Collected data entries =
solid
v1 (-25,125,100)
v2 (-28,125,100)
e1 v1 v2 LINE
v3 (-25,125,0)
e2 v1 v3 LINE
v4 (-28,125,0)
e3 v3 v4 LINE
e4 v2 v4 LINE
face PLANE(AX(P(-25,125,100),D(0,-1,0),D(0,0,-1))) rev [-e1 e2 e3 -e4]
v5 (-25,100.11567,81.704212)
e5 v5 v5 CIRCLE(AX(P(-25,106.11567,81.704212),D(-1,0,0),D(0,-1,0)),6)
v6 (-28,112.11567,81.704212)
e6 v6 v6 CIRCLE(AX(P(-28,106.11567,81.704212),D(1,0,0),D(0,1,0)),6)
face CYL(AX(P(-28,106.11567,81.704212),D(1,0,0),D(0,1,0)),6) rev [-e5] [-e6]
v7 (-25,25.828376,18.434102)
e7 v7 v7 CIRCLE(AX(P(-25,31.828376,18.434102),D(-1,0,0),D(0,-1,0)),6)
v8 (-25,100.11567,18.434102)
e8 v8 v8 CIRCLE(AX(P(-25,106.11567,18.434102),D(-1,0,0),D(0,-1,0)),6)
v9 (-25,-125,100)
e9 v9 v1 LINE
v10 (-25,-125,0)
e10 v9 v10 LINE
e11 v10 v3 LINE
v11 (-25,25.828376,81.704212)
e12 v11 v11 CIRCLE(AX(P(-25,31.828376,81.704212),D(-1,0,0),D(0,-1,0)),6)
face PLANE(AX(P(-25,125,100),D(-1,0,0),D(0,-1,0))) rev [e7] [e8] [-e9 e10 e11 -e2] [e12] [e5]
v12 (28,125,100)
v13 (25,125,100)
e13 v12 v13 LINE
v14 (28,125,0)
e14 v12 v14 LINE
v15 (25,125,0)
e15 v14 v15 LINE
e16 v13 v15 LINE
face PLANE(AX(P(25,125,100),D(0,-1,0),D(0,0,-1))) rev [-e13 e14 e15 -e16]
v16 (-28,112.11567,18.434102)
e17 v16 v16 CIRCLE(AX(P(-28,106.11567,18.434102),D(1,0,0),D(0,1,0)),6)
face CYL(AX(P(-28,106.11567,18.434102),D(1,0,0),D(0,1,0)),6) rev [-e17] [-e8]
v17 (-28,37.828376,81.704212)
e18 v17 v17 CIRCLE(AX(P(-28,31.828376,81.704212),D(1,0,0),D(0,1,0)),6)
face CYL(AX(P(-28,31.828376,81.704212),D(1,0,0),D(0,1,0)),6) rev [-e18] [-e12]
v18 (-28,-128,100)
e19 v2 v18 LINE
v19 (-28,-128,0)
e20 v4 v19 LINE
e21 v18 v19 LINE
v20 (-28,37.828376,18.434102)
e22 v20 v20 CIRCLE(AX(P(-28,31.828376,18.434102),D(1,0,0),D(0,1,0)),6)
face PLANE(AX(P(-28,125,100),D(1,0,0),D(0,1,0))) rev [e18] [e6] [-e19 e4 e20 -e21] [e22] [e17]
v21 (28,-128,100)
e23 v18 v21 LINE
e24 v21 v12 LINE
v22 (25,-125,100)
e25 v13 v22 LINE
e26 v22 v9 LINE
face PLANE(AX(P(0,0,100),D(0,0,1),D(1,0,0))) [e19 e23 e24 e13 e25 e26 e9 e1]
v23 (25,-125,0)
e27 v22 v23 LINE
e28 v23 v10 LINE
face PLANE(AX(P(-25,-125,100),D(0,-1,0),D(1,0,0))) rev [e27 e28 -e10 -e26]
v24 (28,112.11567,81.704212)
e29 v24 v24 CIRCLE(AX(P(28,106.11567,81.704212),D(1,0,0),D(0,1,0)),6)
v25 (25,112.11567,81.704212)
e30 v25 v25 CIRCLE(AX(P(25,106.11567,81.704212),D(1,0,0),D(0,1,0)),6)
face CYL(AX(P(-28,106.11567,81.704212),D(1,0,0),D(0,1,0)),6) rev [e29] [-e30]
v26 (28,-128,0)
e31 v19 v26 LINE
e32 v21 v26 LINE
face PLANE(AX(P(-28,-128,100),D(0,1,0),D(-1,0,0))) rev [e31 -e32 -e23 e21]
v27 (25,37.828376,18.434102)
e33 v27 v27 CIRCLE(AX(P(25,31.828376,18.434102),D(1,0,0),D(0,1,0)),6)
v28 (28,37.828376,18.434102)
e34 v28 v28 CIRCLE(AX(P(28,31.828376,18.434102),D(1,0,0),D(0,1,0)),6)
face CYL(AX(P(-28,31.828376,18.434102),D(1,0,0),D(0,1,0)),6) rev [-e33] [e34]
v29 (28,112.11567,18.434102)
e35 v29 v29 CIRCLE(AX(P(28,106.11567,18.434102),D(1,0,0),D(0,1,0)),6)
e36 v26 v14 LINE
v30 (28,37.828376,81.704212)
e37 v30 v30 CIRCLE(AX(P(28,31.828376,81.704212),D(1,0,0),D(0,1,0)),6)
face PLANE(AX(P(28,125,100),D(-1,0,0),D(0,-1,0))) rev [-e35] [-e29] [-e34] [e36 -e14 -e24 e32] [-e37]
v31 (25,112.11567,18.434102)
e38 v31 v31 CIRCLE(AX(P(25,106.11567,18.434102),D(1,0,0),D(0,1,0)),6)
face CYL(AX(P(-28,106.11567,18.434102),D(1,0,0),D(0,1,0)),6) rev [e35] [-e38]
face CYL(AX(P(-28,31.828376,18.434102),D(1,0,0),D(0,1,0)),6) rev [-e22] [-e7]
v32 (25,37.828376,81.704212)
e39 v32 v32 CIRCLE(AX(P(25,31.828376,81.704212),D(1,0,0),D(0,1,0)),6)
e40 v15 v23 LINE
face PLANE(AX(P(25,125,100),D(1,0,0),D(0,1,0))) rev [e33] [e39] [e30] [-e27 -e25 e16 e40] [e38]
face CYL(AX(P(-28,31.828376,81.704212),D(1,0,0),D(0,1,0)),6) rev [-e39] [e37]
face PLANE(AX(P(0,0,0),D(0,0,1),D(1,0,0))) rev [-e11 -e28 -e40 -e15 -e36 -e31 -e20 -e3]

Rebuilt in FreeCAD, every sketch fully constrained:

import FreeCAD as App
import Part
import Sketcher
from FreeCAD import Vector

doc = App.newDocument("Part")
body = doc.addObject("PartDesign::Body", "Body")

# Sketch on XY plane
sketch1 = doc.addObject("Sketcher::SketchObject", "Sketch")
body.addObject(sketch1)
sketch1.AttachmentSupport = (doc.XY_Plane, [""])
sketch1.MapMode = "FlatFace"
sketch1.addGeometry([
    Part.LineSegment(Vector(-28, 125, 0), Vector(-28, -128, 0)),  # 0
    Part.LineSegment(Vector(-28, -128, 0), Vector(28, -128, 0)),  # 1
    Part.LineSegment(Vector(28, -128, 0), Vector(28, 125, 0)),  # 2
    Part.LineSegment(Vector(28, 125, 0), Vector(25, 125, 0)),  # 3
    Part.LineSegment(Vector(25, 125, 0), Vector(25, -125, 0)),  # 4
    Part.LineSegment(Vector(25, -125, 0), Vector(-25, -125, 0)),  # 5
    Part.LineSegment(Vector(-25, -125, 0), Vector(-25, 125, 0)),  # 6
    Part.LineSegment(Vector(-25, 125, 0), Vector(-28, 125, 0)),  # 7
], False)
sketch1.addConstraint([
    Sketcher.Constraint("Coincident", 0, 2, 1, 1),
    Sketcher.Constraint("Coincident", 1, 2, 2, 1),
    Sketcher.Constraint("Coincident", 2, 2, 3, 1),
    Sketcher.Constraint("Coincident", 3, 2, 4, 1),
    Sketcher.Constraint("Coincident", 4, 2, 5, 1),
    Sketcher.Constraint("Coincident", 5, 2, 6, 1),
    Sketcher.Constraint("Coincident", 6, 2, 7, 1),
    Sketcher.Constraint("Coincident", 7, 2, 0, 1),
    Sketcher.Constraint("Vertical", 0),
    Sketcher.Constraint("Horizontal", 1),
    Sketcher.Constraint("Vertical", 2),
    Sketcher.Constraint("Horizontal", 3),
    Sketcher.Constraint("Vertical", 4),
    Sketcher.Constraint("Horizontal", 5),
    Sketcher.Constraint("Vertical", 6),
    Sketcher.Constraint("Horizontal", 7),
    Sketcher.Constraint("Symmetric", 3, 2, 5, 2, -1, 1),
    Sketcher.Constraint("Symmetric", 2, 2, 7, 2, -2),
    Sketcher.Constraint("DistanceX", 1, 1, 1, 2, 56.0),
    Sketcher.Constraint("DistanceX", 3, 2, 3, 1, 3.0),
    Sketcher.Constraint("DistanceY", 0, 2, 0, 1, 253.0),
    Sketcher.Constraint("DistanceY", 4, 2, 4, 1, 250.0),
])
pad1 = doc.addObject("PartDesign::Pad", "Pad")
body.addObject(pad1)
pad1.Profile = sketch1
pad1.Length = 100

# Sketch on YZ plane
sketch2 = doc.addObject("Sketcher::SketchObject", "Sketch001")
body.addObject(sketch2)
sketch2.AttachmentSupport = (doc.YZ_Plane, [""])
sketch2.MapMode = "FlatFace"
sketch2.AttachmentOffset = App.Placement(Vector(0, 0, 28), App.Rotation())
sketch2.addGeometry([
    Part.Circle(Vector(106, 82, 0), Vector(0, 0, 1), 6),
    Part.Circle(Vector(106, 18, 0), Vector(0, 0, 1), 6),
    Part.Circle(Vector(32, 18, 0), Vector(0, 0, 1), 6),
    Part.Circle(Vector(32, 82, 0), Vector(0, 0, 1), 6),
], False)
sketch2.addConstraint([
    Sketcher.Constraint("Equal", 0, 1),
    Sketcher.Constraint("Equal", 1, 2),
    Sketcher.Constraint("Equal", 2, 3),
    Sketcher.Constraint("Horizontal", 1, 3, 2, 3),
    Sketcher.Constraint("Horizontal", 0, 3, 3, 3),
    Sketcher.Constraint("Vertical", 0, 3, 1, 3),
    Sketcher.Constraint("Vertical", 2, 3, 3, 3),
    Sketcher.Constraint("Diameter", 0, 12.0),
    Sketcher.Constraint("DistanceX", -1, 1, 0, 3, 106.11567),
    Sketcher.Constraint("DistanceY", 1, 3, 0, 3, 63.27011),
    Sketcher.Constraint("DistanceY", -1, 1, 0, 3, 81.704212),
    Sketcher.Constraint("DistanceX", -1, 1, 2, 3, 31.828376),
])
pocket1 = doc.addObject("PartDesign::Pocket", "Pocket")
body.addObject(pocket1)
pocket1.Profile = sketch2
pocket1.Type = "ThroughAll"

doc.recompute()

---

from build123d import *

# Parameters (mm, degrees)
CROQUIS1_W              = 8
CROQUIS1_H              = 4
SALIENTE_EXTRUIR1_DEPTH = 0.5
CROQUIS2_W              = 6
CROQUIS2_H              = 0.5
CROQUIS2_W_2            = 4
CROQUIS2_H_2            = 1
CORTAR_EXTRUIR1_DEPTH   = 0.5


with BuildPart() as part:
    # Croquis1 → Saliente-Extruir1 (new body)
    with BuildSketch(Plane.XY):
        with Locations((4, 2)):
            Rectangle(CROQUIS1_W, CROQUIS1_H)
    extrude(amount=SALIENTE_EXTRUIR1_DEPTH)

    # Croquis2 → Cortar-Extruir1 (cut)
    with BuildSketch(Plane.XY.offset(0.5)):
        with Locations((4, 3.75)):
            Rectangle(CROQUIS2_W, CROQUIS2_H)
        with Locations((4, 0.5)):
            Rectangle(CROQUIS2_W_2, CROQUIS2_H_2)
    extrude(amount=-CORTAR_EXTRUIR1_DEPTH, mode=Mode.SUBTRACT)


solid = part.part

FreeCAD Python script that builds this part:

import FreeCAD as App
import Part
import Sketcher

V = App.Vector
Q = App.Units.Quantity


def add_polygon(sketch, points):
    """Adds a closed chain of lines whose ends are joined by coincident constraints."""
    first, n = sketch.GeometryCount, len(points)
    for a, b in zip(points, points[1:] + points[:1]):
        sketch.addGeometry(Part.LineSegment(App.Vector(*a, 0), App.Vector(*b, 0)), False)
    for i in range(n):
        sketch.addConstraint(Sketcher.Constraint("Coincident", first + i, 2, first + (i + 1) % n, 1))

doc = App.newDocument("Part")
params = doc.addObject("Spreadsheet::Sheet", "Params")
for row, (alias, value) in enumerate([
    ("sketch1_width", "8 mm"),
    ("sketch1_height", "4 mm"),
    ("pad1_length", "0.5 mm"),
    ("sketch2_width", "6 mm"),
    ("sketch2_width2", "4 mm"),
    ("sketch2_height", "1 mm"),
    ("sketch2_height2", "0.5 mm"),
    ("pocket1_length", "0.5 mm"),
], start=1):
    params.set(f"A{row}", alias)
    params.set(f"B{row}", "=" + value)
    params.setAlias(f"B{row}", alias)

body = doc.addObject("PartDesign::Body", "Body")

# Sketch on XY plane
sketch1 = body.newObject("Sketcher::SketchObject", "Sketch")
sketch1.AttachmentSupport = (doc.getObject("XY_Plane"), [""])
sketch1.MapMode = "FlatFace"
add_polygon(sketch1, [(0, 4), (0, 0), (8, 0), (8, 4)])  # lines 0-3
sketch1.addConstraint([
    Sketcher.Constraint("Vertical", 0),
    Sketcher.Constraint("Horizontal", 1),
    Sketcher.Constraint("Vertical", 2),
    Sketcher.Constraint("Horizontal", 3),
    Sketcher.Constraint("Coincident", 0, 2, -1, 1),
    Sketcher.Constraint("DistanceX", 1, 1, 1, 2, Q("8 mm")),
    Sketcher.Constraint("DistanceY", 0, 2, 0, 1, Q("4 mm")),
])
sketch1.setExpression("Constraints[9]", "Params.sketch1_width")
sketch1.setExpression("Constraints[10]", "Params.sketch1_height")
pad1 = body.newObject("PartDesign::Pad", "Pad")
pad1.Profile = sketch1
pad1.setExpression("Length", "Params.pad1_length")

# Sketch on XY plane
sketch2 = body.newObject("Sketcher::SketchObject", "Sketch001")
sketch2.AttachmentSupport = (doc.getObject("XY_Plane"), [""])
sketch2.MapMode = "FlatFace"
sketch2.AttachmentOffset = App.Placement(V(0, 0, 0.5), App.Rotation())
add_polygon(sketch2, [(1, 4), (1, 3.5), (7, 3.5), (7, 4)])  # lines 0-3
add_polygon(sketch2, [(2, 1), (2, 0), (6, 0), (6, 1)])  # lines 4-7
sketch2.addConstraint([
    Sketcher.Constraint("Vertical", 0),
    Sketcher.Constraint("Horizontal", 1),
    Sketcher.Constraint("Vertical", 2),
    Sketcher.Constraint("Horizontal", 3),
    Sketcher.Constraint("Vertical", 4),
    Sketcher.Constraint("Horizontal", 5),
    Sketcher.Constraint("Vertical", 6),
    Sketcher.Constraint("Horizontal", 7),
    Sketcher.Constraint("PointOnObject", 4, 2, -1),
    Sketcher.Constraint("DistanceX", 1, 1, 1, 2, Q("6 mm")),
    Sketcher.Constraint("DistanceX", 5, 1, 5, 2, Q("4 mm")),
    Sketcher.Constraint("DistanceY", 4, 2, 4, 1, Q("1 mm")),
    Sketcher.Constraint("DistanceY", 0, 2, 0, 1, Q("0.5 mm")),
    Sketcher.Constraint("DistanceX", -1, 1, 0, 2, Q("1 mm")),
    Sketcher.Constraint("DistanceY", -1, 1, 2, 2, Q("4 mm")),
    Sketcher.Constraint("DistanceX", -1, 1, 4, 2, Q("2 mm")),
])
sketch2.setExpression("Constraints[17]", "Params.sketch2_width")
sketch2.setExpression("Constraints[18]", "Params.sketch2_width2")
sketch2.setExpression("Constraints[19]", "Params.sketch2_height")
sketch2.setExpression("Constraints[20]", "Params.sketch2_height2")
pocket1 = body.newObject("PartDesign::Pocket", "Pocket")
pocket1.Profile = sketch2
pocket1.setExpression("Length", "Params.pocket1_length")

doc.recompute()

Assignment = If a line in the records contains "Rectangle", report it.

Written reply =
            Rectangle(CROQUIS1_W, CROQUIS1_H)
            Rectangle(CROQUIS2_W, CROQUIS2_H)
            Rectangle(CROQUIS2_W_2, CROQUIS2_H_2)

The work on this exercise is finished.